**Problem requirements:** Only those lines in the data below from the line containing "v 1.9842 0.2507 4.5" through the line containing "v 1.618 -1.1756 4.5", both included, should be restated word for word.

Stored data
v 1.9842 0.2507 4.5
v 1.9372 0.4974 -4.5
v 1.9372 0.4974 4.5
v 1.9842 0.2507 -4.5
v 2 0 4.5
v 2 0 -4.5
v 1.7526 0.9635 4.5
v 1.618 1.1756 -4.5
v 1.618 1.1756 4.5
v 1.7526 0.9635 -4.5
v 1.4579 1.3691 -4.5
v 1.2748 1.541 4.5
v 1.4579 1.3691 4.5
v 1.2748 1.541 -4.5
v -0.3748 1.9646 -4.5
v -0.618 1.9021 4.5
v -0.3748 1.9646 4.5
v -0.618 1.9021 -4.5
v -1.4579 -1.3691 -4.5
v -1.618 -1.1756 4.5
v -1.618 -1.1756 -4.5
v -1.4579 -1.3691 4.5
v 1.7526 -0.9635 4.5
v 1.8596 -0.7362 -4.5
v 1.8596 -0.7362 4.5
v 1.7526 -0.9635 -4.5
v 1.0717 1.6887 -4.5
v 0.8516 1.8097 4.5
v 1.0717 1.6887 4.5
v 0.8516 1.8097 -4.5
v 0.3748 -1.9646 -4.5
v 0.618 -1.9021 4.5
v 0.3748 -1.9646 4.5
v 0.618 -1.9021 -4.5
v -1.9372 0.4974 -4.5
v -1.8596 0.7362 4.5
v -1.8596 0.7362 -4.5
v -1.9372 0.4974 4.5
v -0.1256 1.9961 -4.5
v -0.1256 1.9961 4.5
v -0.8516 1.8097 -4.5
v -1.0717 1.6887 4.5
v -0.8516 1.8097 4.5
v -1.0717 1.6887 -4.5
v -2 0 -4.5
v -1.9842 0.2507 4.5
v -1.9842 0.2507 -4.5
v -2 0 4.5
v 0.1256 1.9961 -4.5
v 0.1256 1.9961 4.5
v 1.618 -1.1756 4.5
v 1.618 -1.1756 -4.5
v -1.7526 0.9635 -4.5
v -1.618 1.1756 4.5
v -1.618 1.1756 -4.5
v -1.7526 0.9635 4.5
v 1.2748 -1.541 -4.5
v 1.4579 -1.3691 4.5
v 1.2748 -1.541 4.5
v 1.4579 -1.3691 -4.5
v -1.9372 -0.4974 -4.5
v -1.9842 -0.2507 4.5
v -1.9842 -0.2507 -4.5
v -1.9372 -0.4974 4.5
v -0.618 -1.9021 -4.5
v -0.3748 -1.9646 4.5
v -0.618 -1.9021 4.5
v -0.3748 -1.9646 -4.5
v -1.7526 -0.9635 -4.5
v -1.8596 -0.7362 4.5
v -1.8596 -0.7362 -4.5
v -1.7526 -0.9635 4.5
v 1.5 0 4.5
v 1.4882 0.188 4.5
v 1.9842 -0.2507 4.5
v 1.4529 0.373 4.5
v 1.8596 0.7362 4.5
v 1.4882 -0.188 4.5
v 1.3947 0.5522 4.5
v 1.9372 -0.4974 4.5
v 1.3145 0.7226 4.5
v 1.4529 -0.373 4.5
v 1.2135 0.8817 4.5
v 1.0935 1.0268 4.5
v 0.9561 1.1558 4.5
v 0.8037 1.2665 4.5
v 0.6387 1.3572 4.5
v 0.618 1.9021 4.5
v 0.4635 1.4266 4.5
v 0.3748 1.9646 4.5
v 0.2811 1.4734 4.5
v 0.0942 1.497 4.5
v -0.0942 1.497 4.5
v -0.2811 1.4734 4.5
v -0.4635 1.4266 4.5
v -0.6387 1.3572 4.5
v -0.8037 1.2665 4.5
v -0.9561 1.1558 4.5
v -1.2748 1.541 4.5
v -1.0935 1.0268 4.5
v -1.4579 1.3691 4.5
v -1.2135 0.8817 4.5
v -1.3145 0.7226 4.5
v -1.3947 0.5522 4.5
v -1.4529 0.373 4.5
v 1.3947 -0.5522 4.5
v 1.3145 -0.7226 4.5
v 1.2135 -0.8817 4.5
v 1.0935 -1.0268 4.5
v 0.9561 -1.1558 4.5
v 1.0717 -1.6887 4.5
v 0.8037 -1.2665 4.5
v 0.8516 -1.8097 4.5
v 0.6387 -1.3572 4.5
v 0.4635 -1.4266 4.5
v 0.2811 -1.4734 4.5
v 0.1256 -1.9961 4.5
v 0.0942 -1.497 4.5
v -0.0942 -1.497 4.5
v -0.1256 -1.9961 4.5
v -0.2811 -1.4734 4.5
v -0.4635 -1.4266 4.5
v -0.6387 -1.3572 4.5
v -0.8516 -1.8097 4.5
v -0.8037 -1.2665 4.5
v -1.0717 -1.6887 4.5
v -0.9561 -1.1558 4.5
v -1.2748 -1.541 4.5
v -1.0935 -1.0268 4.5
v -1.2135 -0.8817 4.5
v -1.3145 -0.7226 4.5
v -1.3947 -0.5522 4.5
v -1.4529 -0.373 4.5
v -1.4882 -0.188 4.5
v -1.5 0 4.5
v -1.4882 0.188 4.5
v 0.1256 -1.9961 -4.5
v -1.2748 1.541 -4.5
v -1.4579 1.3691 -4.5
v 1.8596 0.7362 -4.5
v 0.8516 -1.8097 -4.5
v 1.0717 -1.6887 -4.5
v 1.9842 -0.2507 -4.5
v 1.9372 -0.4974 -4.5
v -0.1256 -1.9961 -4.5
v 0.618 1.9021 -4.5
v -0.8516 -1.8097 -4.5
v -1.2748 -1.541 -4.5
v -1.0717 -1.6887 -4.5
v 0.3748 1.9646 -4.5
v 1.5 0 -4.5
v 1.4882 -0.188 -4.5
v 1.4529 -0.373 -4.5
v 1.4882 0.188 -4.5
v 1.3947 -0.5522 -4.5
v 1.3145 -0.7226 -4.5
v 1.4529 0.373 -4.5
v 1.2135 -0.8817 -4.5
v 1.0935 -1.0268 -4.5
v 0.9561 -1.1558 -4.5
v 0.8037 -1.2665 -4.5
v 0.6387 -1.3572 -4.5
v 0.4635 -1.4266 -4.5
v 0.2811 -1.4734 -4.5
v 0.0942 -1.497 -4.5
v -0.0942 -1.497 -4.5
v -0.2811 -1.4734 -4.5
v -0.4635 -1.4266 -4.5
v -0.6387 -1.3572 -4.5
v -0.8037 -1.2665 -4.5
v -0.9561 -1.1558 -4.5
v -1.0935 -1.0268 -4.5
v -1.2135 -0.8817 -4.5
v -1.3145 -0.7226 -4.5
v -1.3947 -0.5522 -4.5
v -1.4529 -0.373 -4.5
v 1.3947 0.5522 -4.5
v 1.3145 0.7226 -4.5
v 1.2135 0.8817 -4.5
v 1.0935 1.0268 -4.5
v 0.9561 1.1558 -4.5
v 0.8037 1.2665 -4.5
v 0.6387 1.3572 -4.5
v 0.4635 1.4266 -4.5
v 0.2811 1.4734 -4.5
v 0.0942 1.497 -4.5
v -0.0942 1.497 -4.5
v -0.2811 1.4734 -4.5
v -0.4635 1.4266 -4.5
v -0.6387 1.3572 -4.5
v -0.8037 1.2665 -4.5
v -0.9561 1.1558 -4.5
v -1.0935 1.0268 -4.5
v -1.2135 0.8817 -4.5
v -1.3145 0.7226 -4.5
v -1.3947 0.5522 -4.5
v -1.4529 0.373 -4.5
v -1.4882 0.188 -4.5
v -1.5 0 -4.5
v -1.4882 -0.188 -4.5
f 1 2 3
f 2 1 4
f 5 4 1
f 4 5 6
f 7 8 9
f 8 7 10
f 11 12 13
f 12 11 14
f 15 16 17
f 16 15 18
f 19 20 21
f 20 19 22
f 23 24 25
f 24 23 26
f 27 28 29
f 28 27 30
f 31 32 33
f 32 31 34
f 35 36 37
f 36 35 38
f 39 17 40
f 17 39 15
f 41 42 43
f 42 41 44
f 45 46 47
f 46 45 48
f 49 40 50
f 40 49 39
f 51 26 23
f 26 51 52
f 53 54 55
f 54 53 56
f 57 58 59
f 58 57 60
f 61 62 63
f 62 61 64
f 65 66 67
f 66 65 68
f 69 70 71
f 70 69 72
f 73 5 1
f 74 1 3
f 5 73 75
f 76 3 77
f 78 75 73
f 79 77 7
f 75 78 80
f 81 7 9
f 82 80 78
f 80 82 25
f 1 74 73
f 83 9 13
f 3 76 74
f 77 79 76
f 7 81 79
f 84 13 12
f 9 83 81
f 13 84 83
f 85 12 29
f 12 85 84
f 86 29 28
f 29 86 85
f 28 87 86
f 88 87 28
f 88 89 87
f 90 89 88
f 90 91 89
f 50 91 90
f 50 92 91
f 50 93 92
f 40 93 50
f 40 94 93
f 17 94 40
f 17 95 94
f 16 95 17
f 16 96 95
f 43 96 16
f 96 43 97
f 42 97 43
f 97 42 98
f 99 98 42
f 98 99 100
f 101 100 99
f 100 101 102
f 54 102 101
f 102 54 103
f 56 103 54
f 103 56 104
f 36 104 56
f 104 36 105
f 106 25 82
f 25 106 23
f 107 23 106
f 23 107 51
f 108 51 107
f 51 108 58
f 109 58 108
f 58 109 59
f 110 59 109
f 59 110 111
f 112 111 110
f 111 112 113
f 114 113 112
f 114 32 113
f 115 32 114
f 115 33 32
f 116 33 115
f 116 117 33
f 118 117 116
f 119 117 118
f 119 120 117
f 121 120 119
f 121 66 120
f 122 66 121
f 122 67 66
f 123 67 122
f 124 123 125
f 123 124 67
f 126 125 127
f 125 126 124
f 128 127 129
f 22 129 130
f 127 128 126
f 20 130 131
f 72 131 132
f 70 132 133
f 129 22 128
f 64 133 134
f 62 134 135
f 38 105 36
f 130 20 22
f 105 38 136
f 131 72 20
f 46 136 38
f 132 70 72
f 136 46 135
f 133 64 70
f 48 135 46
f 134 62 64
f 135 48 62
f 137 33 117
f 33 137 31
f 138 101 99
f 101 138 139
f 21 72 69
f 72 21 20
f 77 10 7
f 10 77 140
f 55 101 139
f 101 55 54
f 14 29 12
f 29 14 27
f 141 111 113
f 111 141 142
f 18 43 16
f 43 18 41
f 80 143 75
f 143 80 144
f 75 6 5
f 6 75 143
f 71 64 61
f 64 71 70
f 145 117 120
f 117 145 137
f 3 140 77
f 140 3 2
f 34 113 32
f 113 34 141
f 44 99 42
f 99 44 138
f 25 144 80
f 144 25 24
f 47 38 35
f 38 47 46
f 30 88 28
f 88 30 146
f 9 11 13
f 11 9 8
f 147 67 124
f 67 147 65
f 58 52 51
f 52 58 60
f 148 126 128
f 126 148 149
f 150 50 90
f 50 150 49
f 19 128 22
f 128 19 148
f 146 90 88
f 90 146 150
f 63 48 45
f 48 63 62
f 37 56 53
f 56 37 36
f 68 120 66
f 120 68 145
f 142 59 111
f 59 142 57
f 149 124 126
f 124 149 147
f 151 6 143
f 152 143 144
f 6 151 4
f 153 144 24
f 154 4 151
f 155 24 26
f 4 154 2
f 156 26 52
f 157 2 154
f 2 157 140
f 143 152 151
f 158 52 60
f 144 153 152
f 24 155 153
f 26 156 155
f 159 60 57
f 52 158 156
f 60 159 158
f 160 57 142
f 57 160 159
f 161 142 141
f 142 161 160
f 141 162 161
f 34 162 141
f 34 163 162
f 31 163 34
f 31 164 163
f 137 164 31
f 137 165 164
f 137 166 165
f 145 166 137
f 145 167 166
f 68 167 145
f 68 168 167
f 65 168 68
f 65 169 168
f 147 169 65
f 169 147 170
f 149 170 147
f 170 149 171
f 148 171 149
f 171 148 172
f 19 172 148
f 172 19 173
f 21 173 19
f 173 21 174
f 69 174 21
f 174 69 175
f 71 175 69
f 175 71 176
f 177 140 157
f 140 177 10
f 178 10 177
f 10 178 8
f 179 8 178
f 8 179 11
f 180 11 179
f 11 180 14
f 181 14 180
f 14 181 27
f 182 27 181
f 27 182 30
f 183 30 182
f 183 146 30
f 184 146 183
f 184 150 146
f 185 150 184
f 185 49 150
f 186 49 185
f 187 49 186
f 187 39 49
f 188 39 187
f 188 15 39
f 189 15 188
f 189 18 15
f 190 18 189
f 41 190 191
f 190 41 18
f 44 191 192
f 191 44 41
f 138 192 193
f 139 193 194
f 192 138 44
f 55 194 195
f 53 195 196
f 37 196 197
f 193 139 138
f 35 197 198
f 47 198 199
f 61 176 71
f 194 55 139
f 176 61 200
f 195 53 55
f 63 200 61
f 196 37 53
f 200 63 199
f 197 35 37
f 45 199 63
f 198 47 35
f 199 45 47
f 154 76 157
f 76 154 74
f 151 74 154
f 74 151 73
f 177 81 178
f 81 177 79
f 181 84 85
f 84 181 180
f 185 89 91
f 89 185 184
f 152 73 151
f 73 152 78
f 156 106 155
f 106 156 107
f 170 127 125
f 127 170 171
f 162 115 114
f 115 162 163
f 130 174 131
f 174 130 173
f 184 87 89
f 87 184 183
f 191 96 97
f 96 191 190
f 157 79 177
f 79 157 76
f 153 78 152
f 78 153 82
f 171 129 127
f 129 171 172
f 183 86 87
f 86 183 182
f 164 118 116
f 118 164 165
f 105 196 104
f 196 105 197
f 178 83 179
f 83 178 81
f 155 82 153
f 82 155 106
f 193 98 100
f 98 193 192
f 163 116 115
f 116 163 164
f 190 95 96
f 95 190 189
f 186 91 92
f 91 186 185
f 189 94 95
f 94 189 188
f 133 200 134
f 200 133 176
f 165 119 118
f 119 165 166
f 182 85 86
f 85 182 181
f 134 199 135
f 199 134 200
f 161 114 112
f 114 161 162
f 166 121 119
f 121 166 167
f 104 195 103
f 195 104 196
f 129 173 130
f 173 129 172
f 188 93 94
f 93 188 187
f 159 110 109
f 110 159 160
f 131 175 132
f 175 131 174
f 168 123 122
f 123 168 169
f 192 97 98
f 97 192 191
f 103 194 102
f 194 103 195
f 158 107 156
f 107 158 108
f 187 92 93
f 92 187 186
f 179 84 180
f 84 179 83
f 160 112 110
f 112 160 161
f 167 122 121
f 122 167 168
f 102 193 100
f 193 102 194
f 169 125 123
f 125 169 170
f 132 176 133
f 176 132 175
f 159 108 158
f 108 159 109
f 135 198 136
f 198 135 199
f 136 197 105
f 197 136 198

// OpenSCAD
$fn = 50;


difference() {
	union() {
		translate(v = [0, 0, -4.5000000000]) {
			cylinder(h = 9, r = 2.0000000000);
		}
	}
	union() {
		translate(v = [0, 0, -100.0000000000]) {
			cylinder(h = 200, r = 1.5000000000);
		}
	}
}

...

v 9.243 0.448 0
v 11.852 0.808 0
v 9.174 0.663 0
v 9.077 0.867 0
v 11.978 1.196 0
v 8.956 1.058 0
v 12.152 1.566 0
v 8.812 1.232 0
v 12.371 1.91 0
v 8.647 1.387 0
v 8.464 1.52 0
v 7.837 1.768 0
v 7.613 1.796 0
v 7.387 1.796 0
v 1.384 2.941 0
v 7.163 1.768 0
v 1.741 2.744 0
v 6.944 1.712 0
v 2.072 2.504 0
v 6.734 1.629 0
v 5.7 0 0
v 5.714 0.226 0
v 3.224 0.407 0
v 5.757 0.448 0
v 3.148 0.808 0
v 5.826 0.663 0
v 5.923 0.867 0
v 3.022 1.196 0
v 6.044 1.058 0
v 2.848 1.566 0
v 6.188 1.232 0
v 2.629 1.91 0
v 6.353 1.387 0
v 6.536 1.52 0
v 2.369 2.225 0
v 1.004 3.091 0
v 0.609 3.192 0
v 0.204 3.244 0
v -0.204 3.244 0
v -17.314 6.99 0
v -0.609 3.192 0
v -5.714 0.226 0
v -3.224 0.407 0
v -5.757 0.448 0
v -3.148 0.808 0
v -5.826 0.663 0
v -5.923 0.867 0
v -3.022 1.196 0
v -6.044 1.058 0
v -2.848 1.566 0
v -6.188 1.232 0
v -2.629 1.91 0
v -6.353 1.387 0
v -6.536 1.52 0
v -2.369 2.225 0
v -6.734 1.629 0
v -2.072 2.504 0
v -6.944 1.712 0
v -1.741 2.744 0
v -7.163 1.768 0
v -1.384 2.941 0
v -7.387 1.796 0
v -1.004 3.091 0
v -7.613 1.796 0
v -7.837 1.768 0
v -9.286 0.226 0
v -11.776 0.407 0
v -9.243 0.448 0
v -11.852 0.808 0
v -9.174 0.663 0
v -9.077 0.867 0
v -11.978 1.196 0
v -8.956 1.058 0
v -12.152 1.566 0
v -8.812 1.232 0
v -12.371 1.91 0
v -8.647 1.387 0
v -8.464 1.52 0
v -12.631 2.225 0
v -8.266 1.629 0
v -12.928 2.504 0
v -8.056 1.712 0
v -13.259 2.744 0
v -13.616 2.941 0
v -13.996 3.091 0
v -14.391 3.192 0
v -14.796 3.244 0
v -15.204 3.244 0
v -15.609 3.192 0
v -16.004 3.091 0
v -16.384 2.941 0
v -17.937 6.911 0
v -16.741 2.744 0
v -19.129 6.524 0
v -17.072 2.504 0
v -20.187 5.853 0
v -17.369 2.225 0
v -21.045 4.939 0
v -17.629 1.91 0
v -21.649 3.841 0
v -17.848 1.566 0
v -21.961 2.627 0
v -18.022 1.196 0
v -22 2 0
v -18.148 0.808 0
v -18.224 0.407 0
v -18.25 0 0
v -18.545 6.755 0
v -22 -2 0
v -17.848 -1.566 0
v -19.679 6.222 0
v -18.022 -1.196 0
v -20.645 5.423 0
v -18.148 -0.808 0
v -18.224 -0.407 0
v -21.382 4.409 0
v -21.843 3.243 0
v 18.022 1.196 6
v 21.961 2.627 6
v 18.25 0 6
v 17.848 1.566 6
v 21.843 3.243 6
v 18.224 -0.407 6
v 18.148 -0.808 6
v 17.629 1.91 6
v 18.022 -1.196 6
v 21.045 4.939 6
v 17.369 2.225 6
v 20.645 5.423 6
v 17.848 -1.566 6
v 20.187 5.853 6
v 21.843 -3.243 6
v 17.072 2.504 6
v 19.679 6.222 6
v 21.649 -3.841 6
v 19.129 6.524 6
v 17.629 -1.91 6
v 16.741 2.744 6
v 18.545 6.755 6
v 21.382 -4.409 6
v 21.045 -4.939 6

**Output of the exercise:**
v 1.9842 0.2507 4.5
v 1.9372 0.4974 -4.5
v 1.9372 0.4974 4.5
v 1.9842 0.2507 -4.5
v 2 0 4.5
v 2 0 -4.5
v 1.7526 0.9635 4.5
v 1.618 1.1756 -4.5
v 1.618 1.1756 4.5
v 1.7526 0.9635 -4.5
v 1.4579 1.3691 -4.5
v 1.2748 1.541 4.5
v 1.4579 1.3691 4.5
v 1.2748 1.541 -4.5
v -0.3748 1.9646 -4.5
v -0.618 1.9021 4.5
v -0.3748 1.9646 4.5
v -0.618 1.9021 -4.5
v -1.4579 -1.3691 -4.5
v -1.618 -1.1756 4.5
v -1.618 -1.1756 -4.5
v -1.4579 -1.3691 4.5
v 1.7526 -0.9635 4.5
v 1.8596 -0.7362 -4.5
v 1.8596 -0.7362 4.5
v 1.7526 -0.9635 -4.5
v 1.0717 1.6887 -4.5
v 0.8516 1.8097 4.5
v 1.0717 1.6887 4.5
v 0.8516 1.8097 -4.5
v 0.3748 -1.9646 -4.5
v 0.618 -1.9021 4.5
v 0.3748 -1.9646 4.5
v 0.618 -1.9021 -4.5
v -1.9372 0.4974 -4.5
v -1.8596 0.7362 4.5
v -1.8596 0.7362 -4.5
v -1.9372 0.4974 4.5
v -0.1256 1.9961 -4.5
v -0.1256 1.9961 4.5
v -0.8516 1.8097 -4.5
v -1.0717 1.6887 4.5
v -0.8516 1.8097 4.5
v -1.0717 1.6887 -4.5
v -2 0 -4.5
v -1.9842 0.2507 4.5
v -1.9842 0.2507 -4.5
v -2 0 4.5
v 0.1256 1.9961 -4.5
v 0.1256 1.9961 4.5
v 1.618 -1.1756 4.5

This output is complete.